# [What you should do]
From the entries below, retype only the lines from the one with "#154=CARTESIAN_POINT('',(16.931541,-0.333333,0.940001));" through the one with "#191=EDGE_CURVE('',#183,#181,#190,.T.);", exactly as written.

[Opening Input data section]

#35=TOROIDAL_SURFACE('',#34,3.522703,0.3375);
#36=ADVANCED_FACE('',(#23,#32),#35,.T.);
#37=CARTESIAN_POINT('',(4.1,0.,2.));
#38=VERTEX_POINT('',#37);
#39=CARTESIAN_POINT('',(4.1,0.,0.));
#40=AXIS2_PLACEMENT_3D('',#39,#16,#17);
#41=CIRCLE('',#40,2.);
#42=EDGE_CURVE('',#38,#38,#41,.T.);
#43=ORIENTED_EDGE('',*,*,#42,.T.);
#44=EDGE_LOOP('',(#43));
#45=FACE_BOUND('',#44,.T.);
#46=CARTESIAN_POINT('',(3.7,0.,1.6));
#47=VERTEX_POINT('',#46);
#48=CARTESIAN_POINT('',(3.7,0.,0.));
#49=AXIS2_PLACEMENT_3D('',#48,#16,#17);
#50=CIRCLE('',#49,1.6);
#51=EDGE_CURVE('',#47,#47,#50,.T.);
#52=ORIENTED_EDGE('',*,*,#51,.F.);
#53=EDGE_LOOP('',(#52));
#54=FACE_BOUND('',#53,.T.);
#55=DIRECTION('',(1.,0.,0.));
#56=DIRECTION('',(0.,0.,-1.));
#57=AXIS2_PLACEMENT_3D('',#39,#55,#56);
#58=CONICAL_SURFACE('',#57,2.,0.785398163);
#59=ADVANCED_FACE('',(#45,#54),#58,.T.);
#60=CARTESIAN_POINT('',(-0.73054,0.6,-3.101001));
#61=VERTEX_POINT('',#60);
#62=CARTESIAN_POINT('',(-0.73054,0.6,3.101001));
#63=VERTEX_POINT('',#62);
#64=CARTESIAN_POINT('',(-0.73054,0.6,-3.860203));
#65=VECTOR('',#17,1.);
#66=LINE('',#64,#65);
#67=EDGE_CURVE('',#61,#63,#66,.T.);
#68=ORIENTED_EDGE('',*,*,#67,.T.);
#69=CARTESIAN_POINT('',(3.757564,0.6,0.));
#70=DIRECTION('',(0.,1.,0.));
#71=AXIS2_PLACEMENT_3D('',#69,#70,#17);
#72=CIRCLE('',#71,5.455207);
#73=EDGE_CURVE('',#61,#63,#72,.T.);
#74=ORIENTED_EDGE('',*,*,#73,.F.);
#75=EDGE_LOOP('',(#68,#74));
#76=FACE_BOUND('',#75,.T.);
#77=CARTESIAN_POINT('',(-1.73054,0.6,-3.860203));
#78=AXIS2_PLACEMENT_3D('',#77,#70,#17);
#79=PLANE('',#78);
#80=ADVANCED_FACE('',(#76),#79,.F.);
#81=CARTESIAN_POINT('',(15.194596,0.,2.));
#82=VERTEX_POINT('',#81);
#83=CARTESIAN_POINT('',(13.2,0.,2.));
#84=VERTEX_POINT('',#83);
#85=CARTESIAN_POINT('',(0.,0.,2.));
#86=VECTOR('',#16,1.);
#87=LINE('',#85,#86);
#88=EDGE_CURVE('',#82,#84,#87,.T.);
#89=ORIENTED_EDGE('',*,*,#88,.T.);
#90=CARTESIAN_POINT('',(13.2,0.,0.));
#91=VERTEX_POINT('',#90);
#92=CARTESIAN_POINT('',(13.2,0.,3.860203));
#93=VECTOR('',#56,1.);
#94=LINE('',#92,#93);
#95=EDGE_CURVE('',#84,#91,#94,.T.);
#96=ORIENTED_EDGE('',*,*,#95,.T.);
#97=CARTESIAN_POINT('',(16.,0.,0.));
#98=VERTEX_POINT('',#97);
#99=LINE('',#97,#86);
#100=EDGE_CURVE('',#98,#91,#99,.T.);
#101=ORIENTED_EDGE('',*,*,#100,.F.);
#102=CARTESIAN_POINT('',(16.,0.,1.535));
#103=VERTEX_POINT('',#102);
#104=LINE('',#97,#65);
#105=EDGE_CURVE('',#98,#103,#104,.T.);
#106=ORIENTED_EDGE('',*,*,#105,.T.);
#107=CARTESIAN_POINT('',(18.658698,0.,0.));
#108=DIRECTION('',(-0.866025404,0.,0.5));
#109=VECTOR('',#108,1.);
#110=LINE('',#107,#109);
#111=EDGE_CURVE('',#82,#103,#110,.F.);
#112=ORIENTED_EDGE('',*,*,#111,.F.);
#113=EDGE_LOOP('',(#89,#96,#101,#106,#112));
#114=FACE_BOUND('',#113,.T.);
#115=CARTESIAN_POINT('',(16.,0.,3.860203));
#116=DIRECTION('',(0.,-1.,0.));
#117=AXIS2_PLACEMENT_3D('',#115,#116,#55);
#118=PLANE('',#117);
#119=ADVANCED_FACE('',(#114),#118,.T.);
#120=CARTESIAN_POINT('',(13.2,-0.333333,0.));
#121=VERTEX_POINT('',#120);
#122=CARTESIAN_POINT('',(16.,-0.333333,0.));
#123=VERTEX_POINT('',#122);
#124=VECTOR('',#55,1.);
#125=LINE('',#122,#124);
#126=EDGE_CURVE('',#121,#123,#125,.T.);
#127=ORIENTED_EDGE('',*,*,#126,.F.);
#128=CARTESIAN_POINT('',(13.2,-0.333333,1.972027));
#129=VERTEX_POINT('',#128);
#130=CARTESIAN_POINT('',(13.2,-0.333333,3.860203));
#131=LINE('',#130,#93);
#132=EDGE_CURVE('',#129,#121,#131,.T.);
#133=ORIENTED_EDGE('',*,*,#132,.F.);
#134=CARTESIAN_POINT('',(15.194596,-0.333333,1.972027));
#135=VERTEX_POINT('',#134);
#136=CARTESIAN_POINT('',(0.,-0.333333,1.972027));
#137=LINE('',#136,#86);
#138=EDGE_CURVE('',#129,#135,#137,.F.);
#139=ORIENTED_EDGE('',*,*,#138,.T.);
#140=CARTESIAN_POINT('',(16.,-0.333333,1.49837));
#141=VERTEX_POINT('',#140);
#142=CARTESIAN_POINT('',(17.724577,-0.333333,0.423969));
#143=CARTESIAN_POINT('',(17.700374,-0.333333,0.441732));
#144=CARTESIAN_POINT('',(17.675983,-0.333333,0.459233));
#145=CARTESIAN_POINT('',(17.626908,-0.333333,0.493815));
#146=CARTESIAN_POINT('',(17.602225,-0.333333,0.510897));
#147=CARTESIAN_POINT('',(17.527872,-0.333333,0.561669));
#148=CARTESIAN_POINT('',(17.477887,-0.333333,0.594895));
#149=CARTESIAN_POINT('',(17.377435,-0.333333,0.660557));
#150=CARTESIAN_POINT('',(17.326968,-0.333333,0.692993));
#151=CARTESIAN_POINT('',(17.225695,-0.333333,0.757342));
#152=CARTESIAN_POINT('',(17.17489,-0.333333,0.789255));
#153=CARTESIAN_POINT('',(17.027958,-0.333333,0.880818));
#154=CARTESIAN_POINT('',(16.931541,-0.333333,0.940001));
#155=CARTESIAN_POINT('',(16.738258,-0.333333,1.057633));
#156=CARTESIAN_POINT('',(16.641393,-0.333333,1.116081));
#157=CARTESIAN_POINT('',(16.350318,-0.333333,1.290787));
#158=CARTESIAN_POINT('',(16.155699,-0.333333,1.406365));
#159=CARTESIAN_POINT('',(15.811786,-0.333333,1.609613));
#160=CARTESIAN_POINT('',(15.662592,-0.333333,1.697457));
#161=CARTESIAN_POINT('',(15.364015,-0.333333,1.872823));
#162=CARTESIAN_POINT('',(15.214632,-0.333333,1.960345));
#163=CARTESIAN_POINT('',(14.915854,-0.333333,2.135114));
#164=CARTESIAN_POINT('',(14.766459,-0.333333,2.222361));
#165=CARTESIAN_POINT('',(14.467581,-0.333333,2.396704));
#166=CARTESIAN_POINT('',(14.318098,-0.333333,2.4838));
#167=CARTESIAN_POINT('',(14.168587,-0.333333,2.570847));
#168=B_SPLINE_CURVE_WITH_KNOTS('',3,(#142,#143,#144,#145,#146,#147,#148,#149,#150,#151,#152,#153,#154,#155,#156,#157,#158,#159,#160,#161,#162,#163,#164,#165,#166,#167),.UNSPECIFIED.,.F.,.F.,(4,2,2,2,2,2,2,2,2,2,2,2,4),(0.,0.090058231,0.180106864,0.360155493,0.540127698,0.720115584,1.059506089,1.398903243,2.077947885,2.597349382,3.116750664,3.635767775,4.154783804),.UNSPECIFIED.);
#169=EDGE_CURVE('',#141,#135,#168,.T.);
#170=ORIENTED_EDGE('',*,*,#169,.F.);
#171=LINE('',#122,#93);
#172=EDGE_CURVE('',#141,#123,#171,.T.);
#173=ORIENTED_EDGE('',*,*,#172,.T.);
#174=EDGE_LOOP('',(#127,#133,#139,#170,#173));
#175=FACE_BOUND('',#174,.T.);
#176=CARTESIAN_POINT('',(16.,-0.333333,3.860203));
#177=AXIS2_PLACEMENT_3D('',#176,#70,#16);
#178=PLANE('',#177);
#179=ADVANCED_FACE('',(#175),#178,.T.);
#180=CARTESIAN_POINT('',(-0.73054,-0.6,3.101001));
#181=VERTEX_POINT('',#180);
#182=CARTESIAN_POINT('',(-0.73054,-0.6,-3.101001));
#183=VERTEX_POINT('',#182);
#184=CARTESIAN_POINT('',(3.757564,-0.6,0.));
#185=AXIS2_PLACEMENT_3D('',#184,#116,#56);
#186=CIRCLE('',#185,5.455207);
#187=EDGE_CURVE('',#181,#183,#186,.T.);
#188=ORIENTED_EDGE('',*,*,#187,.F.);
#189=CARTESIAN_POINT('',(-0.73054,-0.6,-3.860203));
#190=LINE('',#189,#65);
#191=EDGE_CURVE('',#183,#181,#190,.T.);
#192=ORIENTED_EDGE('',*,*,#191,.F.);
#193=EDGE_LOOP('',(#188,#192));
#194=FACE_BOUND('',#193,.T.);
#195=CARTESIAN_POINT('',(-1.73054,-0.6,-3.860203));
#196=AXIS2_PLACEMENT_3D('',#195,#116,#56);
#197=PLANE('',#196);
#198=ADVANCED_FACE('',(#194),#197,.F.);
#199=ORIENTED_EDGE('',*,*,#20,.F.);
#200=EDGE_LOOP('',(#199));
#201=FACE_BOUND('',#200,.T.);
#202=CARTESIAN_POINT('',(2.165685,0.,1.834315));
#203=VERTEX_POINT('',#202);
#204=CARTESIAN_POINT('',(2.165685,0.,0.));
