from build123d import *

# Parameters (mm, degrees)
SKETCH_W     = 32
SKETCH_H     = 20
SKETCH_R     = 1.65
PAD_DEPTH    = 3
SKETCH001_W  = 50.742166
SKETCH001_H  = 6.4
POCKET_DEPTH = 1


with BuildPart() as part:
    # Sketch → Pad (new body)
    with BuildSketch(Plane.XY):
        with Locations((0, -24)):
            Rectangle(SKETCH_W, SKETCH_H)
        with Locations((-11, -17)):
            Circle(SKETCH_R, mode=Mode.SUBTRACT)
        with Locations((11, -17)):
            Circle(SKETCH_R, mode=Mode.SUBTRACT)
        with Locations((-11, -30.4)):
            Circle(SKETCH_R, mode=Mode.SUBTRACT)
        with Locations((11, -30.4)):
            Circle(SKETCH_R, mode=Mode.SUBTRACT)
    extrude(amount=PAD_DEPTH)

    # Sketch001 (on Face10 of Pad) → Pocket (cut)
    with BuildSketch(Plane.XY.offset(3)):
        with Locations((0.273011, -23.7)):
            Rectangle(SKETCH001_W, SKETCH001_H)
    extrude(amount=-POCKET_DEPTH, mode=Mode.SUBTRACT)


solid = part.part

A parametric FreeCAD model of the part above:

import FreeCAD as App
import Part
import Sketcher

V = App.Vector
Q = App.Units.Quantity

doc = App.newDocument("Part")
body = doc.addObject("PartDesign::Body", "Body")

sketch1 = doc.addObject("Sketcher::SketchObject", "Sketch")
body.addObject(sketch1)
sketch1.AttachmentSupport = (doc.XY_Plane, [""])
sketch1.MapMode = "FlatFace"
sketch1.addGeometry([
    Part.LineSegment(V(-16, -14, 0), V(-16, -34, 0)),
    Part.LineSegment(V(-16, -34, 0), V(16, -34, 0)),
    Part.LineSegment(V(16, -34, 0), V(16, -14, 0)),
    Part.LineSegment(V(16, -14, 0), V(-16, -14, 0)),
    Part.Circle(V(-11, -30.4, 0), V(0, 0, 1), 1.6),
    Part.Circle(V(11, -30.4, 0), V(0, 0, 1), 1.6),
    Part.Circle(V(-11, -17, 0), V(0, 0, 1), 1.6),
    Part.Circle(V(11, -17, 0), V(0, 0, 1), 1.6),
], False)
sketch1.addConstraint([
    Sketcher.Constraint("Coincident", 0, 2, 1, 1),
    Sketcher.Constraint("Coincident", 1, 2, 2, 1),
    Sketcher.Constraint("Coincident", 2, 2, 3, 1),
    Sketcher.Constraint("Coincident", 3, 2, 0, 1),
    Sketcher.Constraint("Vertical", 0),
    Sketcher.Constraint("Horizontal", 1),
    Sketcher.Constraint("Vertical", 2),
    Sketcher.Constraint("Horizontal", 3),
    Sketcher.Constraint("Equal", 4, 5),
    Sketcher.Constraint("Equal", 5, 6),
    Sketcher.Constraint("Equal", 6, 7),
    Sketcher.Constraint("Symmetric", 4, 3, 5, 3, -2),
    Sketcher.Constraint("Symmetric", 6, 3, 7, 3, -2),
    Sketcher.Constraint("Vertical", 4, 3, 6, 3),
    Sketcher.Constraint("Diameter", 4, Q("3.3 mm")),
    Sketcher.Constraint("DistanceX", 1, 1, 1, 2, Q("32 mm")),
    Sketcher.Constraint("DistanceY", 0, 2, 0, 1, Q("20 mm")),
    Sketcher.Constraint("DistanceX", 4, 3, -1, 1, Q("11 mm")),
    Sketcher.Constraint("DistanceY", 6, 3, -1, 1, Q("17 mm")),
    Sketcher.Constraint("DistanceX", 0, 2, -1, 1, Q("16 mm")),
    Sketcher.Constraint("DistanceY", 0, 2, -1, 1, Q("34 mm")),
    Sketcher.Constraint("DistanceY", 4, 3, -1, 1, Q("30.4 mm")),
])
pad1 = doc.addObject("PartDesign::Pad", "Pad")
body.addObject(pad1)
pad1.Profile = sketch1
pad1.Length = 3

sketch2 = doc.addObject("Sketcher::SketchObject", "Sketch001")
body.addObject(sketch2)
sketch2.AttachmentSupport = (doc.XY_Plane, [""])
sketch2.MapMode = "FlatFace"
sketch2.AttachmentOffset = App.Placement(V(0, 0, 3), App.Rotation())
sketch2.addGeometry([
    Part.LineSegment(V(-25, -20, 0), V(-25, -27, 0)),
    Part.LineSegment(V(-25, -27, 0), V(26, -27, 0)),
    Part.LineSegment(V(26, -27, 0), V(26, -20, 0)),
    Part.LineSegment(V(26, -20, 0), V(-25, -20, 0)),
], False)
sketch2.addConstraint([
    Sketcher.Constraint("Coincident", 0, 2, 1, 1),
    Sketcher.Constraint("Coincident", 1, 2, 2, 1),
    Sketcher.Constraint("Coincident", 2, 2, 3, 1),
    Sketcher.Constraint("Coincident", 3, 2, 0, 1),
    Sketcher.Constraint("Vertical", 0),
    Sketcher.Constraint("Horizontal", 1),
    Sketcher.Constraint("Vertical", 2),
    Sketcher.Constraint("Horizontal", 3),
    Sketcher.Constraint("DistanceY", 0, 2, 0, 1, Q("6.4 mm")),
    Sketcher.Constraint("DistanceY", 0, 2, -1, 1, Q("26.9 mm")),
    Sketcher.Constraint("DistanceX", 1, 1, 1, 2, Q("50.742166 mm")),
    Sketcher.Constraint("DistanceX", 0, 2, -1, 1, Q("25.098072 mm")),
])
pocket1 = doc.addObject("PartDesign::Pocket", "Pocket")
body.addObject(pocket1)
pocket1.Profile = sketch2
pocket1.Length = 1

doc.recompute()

[Closing Input data section]

# [Solution for this task]
#154=CARTESIAN_POINT('',(16.931541,-0.333333,0.940001));
#155=CARTESIAN_POINT('',(16.738258,-0.333333,1.057633));
#156=CARTESIAN_POINT('',(16.641393,-0.333333,1.116081));
#157=CARTESIAN_POINT('',(16.350318,-0.333333,1.290787));
#158=CARTESIAN_POINT('',(16.155699,-0.333333,1.406365));
#159=CARTESIAN_POINT('',(15.811786,-0.333333,1.609613));
#160=CARTESIAN_POINT('',(15.662592,-0.333333,1.697457));
#161=CARTESIAN_POINT('',(15.364015,-0.333333,1.872823));
#162=CARTESIAN_POINT('',(15.214632,-0.333333,1.960345));
#163=CARTESIAN_POINT('',(14.915854,-0.333333,2.135114));
#164=CARTESIAN_POINT('',(14.766459,-0.333333,2.222361));
#165=CARTESIAN_POINT('',(14.467581,-0.333333,2.396704));
#166=CARTESIAN_POINT('',(14.318098,-0.333333,2.4838));
#167=CARTESIAN_POINT('',(14.168587,-0.333333,2.570847));
#168=B_SPLINE_CURVE_WITH_KNOTS('',3,(#142,#143,#144,#145,#146,#147,#148,#149,#150,#151,#152,#153,#154,#155,#156,#157,#158,#159,#160,#161,#162,#163,#164,#165,#166,#167),.UNSPECIFIED.,.F.,.F.,(4,2,2,2,2,2,2,2,2,2,2,2,4),(0.,0.090058231,0.180106864,0.360155493,0.540127698,0.720115584,1.059506089,1.398903243,2.077947885,2.597349382,3.116750664,3.635767775,4.154783804),.UNSPECIFIED.);
#169=EDGE_CURVE('',#141,#135,#168,.T.);
#170=ORIENTED_EDGE('',*,*,#169,.F.);
#171=LINE('',#122,#93);
#172=EDGE_CURVE('',#141,#123,#171,.T.);
#173=ORIENTED_EDGE('',*,*,#172,.T.);
#174=EDGE_LOOP('',(#127,#133,#139,#170,#173));
#175=FACE_BOUND('',#174,.T.);
#176=CARTESIAN_POINT('',(16.,-0.333333,3.860203));
#177=AXIS2_PLACEMENT_3D('',#176,#70,#16);
#178=PLANE('',#177);
#179=ADVANCED_FACE('',(#175),#178,.T.);
#180=CARTESIAN_POINT('',(-0.73054,-0.6,3.101001));
#181=VERTEX_POINT('',#180);
#182=CARTESIAN_POINT('',(-0.73054,-0.6,-3.101001));
#183=VERTEX_POINT('',#182);
#184=CARTESIAN_POINT('',(3.757564,-0.6,0.));
#185=AXIS2_PLACEMENT_3D('',#184,#116,#56);
#186=CIRCLE('',#185,5.455207);
#187=EDGE_CURVE('',#181,#183,#186,.T.);
#188=ORIENTED_EDGE('',*,*,#187,.F.);
#189=CARTESIAN_POINT('',(-0.73054,-0.6,-3.860203));
#190=LINE('',#189,#65);
#191=EDGE_CURVE('',#183,#181,#190,.T.);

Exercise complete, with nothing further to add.